I am pretty much obsessed with dumplings of any kind – momos, gyoza, potstickers, wontons… you name it! And one of my favorite ways to enjoy wontons is with a generous helping of chili oil. Surprisingly, chili oil made the traditional way can actually require a lot of time. In fact, it can take hours!

So, instead, I like to use this quick recipe to make instant chili oil for those moments when I’m in a pinch.
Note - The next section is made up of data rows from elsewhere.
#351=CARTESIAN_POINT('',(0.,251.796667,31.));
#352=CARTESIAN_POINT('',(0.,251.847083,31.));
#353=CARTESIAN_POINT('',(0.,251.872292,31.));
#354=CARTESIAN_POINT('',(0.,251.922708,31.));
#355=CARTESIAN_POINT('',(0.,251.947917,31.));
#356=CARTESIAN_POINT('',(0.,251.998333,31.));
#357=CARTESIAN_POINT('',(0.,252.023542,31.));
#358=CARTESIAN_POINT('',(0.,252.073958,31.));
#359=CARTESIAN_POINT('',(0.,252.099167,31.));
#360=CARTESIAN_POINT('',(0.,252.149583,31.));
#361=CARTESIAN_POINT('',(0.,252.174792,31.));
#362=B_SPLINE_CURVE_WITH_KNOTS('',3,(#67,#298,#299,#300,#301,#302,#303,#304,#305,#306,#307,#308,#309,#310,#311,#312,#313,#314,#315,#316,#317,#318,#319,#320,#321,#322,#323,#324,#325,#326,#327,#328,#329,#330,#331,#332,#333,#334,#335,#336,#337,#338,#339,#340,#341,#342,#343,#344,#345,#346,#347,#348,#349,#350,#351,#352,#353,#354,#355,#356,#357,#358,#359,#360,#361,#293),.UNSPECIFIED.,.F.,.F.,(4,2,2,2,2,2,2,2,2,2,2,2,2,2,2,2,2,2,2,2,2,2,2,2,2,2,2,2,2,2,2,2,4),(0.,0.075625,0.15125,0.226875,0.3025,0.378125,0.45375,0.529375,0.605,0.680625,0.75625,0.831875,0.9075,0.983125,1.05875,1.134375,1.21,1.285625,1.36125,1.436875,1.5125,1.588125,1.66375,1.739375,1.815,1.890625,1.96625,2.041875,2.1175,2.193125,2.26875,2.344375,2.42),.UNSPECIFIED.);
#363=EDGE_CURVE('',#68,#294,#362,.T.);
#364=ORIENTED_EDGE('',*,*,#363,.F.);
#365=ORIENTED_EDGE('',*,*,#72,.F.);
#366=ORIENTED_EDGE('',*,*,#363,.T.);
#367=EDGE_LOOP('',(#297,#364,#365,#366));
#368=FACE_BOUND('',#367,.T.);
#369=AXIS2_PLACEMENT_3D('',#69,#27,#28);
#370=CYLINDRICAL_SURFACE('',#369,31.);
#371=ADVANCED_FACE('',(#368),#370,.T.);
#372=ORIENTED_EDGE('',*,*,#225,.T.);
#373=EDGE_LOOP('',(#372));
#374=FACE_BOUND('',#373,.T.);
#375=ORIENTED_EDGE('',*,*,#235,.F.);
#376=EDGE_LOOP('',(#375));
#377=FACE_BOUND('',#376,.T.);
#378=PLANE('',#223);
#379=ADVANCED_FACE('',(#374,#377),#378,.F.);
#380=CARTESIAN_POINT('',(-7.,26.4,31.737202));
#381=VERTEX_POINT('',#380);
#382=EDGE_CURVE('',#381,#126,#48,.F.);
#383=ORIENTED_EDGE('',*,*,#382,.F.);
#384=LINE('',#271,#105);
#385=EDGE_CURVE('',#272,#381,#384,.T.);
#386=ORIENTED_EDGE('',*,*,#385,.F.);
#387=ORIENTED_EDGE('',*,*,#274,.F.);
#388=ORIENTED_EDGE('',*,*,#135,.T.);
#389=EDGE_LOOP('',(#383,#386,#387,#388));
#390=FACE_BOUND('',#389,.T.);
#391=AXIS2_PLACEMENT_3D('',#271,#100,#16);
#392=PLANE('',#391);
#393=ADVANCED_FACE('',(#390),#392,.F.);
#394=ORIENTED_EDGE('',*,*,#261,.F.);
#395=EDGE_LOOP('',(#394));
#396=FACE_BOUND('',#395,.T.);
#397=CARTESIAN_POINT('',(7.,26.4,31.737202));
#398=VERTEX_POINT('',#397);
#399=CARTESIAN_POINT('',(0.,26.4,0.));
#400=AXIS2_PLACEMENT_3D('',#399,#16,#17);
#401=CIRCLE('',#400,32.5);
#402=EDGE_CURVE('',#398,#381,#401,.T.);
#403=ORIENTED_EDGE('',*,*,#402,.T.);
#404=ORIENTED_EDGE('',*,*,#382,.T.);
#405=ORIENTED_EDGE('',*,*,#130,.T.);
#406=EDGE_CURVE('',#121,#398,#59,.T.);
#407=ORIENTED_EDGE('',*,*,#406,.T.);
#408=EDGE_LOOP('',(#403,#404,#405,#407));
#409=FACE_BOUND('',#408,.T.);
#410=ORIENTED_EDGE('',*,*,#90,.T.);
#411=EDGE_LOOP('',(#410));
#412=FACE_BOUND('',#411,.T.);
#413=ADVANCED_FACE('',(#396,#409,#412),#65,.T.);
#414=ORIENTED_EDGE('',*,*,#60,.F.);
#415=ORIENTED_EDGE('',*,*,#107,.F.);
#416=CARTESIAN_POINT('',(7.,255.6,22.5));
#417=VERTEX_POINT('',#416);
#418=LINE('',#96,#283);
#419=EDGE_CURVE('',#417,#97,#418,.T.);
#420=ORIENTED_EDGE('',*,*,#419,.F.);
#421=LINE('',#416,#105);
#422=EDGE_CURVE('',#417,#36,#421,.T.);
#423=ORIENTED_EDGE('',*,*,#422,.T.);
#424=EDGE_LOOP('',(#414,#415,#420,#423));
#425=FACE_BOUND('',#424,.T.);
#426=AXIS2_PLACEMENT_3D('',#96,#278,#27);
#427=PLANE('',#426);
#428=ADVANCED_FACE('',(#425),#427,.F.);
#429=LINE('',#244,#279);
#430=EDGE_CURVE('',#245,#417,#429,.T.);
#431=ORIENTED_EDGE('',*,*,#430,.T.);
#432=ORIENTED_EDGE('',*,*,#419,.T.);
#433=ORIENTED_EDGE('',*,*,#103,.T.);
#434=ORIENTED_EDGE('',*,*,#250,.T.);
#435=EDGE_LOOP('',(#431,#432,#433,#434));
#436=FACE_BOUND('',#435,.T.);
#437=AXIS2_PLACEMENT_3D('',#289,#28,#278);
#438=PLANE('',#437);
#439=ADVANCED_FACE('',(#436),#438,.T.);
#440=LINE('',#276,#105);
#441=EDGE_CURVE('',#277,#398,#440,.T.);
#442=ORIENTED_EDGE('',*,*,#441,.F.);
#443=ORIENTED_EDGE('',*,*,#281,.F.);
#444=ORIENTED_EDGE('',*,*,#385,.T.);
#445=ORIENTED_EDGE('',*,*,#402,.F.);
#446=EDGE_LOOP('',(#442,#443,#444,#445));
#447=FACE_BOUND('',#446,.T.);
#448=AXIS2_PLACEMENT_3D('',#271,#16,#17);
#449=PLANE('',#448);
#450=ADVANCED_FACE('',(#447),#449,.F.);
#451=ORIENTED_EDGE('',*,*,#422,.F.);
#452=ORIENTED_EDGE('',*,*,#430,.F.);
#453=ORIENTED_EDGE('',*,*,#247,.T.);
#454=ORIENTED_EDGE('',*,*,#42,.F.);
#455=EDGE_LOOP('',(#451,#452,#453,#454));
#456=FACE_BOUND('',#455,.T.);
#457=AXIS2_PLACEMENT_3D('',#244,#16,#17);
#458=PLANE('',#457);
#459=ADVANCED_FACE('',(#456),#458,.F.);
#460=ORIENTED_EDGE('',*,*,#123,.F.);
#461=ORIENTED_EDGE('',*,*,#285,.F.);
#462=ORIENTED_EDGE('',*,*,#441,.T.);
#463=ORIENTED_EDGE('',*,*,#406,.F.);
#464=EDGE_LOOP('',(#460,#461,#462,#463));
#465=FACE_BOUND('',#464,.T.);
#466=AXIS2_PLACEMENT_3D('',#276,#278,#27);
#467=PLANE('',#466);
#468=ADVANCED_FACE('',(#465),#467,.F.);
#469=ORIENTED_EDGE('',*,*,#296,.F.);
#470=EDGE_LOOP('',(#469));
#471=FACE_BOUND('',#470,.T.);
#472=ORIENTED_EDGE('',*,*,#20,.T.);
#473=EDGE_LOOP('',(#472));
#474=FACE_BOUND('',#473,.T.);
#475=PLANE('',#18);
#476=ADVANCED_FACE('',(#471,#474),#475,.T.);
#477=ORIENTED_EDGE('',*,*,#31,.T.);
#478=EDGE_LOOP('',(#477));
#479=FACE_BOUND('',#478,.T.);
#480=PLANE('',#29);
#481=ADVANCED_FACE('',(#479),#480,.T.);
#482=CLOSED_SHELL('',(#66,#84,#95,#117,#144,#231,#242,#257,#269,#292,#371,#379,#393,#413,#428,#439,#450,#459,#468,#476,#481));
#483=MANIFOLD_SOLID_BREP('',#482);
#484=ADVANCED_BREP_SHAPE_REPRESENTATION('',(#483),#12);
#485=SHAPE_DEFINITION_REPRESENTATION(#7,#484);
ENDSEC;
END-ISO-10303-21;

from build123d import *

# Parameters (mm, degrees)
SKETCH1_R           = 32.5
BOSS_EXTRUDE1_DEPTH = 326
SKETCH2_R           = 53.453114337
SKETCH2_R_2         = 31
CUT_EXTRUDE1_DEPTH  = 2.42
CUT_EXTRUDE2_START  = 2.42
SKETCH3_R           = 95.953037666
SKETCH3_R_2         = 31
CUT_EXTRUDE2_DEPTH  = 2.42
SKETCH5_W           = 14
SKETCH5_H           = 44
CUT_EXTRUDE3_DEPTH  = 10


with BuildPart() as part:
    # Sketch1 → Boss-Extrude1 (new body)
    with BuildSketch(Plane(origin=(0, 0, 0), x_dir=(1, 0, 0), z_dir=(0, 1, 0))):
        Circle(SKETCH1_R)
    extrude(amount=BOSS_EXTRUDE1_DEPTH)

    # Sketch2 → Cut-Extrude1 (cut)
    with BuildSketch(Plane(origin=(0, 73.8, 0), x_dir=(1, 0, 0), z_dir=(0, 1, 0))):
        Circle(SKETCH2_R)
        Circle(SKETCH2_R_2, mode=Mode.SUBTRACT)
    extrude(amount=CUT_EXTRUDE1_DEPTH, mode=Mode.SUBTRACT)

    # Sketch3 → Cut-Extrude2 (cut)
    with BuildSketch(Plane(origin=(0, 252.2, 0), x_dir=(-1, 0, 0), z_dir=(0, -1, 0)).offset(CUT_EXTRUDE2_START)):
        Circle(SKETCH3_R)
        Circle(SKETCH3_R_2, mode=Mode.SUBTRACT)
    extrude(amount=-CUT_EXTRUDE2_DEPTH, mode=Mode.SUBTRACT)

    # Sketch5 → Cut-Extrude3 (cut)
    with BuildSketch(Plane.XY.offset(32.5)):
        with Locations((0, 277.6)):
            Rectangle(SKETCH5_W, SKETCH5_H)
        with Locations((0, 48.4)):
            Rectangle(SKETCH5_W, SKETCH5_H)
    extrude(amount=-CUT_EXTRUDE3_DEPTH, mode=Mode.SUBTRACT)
It’s made from just a few simple ingredients that most people are likely to have on hand – oil, red chili flakes, sriracha, garlic powder, and salt. It’s definitely not the authentic way to make chili oil! But it’s great if you need something immediately.

Also, the filling for these wontons is completely vegan which is plus. Its filled with lots of delicious vegetables and tofu so it will be sure to keep you full. You can also customize the filling with whatever veggies and protein you prefer.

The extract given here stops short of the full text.